> **TASK ITEM**
Your answer should be every line from the records that contains "cylinder".

+++++

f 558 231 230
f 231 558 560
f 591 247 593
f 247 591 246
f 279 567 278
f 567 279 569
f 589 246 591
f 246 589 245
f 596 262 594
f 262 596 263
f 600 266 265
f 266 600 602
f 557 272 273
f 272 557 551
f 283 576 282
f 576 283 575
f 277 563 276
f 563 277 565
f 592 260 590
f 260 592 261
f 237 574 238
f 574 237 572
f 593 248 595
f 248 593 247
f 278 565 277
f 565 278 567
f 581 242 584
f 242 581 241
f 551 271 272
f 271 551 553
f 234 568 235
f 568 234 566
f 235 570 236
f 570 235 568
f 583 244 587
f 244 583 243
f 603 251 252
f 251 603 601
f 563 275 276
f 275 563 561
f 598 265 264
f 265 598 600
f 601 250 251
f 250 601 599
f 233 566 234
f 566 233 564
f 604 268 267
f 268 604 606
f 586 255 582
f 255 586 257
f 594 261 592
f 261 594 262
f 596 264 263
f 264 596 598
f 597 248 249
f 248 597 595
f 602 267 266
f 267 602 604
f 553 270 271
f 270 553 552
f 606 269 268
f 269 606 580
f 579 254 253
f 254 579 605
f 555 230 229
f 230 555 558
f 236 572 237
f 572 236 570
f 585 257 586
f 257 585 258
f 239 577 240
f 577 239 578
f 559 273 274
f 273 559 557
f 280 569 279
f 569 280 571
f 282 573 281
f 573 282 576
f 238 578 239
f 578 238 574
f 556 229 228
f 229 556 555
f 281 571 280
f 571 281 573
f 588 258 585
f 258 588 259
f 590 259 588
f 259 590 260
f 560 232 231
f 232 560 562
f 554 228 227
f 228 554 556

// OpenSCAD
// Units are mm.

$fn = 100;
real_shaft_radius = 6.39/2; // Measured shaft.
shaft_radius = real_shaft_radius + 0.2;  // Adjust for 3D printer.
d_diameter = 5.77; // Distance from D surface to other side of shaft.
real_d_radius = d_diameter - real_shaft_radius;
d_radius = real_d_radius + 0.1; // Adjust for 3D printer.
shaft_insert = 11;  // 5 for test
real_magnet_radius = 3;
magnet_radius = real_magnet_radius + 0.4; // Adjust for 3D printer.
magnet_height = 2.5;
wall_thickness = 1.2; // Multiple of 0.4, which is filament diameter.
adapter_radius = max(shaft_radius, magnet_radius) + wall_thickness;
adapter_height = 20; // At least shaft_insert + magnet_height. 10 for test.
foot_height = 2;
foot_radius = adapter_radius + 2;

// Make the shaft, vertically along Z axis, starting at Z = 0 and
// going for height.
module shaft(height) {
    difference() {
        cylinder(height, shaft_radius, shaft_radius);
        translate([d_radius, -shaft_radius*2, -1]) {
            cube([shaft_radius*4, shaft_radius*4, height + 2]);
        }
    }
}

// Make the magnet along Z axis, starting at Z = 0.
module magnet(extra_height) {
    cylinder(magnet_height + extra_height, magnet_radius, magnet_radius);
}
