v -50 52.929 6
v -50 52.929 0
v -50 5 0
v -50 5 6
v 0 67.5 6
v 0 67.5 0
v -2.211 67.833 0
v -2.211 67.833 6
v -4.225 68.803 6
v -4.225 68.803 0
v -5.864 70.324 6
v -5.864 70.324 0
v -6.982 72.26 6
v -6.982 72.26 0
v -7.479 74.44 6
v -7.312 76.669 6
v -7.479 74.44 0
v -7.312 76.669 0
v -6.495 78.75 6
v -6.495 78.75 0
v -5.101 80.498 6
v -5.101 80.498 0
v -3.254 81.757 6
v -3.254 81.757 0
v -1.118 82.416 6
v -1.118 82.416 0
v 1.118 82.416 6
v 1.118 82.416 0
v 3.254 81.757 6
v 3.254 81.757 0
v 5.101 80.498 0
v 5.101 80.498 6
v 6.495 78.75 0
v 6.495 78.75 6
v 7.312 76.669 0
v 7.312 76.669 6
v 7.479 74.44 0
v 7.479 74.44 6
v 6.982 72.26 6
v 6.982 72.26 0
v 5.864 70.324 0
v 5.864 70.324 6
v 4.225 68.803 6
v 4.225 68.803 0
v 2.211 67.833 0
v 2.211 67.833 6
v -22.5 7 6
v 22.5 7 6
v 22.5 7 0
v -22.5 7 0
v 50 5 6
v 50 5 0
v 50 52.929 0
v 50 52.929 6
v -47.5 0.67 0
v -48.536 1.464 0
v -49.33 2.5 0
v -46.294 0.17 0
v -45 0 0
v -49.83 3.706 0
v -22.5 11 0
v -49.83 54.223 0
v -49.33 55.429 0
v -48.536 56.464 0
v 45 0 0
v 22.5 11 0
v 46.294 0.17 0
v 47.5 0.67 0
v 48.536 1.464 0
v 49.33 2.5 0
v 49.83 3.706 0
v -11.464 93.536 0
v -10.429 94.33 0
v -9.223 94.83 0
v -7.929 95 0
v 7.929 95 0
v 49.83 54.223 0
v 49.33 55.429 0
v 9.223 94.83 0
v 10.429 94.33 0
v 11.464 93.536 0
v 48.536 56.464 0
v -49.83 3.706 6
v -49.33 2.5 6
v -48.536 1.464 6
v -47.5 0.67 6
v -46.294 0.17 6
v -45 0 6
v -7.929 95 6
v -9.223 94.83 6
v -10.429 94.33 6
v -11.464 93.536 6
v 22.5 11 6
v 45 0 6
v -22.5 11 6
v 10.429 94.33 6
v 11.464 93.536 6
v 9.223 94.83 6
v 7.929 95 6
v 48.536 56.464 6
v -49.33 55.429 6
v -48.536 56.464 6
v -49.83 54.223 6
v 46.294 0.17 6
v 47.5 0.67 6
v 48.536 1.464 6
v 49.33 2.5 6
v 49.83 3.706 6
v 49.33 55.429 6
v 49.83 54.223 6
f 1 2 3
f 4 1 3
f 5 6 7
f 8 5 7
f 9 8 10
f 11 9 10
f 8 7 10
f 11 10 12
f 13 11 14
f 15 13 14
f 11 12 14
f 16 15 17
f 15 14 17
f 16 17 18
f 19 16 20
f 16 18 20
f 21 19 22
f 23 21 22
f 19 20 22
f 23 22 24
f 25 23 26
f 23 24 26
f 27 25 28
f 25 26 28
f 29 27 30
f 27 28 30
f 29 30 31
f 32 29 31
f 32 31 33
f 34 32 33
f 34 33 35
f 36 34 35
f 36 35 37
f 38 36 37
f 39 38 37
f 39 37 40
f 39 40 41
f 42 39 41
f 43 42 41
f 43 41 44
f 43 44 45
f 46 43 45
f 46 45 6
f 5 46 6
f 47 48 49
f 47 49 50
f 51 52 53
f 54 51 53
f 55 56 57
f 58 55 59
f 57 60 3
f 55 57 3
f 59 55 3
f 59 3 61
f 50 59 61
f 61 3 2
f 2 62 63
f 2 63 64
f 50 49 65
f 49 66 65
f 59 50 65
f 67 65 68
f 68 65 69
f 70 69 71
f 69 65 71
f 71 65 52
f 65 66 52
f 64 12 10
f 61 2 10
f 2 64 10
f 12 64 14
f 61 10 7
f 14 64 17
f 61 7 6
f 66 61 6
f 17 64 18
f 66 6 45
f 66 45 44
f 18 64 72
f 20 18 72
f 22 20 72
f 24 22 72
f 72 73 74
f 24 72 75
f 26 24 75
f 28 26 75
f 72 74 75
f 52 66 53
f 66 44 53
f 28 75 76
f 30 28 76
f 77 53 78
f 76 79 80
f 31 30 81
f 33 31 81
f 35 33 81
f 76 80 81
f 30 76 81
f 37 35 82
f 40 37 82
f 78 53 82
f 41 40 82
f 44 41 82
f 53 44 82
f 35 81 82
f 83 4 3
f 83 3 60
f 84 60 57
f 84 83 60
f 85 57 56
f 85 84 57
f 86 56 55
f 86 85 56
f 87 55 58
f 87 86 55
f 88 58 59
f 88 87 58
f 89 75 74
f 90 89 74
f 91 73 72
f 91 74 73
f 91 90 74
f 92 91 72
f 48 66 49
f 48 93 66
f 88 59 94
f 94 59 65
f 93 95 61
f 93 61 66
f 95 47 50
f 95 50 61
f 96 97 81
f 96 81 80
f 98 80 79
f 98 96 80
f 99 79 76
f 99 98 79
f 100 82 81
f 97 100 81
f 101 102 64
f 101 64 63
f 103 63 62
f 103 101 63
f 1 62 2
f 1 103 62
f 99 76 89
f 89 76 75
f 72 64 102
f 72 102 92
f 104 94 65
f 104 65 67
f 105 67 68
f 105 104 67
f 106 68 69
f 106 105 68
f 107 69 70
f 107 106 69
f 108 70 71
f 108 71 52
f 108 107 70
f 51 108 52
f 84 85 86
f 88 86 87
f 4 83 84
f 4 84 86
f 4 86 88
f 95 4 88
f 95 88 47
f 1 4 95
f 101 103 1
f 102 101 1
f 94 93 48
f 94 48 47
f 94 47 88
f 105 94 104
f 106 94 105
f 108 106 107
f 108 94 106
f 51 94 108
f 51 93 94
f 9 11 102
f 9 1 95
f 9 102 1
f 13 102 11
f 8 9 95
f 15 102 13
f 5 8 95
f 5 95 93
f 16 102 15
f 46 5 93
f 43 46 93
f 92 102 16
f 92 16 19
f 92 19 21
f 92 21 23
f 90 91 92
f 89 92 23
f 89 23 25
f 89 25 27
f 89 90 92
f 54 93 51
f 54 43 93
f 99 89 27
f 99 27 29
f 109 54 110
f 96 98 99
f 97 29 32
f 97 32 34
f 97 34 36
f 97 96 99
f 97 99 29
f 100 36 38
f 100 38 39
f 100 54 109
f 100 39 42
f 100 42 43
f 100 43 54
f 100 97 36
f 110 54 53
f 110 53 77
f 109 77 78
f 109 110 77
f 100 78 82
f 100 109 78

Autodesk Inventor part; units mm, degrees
ref_plane "YZ Plane" through (0, 0, 0) normal (1, 0, 0) x (0, 1, 0)
ref_plane "XZ Plane" through (0, 0, 0) normal (0, 1, 0) x (-1, 0, 0)
sketch "Sketch1" plane through (0, 0, 0) normal (0, 0, 1) x (1, 0, 0)
  line L0 (-50, 0) -> (50, 0)
  line L1 (50, 0) -> (50, 55)
  line L2 (10, 95) -> (-10, 95)
  line L3 (-50, 55) -> (-50, 0)
  line L4 (-50, 55) -> (-10, 95)
  line L5 (50, 55) -> (10, 95)
  point P0 (0, 0)
  point P1 (50, 95)
  point P2 (-50, 95)
  point P3 (0, 0)
  dimension "d2" = 95
  dimension "d3" = 100
  dimension "d4" = 40
  dimension "d5" = 40
  dimension "d6" = 40
  dimension "d7" = 40
extrude "Plate1" add sketch "Sketch1" along normal blind 6
hole "Hole1" at (0, 75, 6) direction (0, 0, -1) diameter 15 depth 6 tip angle 118
fillet "Corner Round1" radius 5 6 edges at (-50, 0, 3) (50, 0, 3) (50, 55, 3) (10, 95, 3) (-10, 95, 3) (-50, 55, 3)
ref_plane "Work Plane1" through (0, 0, 6) normal (1, 0, 0) x (0, 0, -1)
sketch "Sketch2" plane through (-45, 0, 6) normal (0, 0, 1) x (1, 0, 0)
  circle A0 centre (45, 75) radius 7.5 projected
  line L0 (22.5, 11) -> (67.5, 11)
  line L1 (67.5, 11) -> (67.5, 7)
  line L2 (67.5, 7) -> (22.5, 7)
  line L3 (22.5, 7) -> (22.5, 11)
  point P0 (0, 0)
  dimension "d19" = 4
  dimension "d20" = 45
  dimension "d21" = 7
  dimension "d22" = 22.5
extrude "Cut1" cut sketch "Sketch2" against normal blind 6 contours L0 L1 L2 L3
equation "\"d16\" = Thickness"
equation "\"d23\" = Thickness"
equation "\"d5\" = d4"
equation "\"d6\" = d4"
equation "\"d7\" = d6"
equation "\"BendReliefWidth\" = Thickness"
equation "\"CornerReliefSize\" = 4 * Thickness"
equation "\"MinimumRemnant\" = 2 * Thickness"
equation "\"TransitionRadius\" = BendRadius"
equation "\"d8\" = BendRadius"
equation "\"JacobiRadiusSize\" = Thickness"
equation "\"GapSize\" = Thickness"
equation "\"Thickness\" = 6"
equation "\"BendRadius\" = 0.001"
properties part number "voetplaat poot" material "Steel, Mild"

+++++

> **OUTPUT**
        cylinder(height, shaft_radius, shaft_radius);
    cylinder(magnet_height + extra_height, magnet_radius, magnet_radius);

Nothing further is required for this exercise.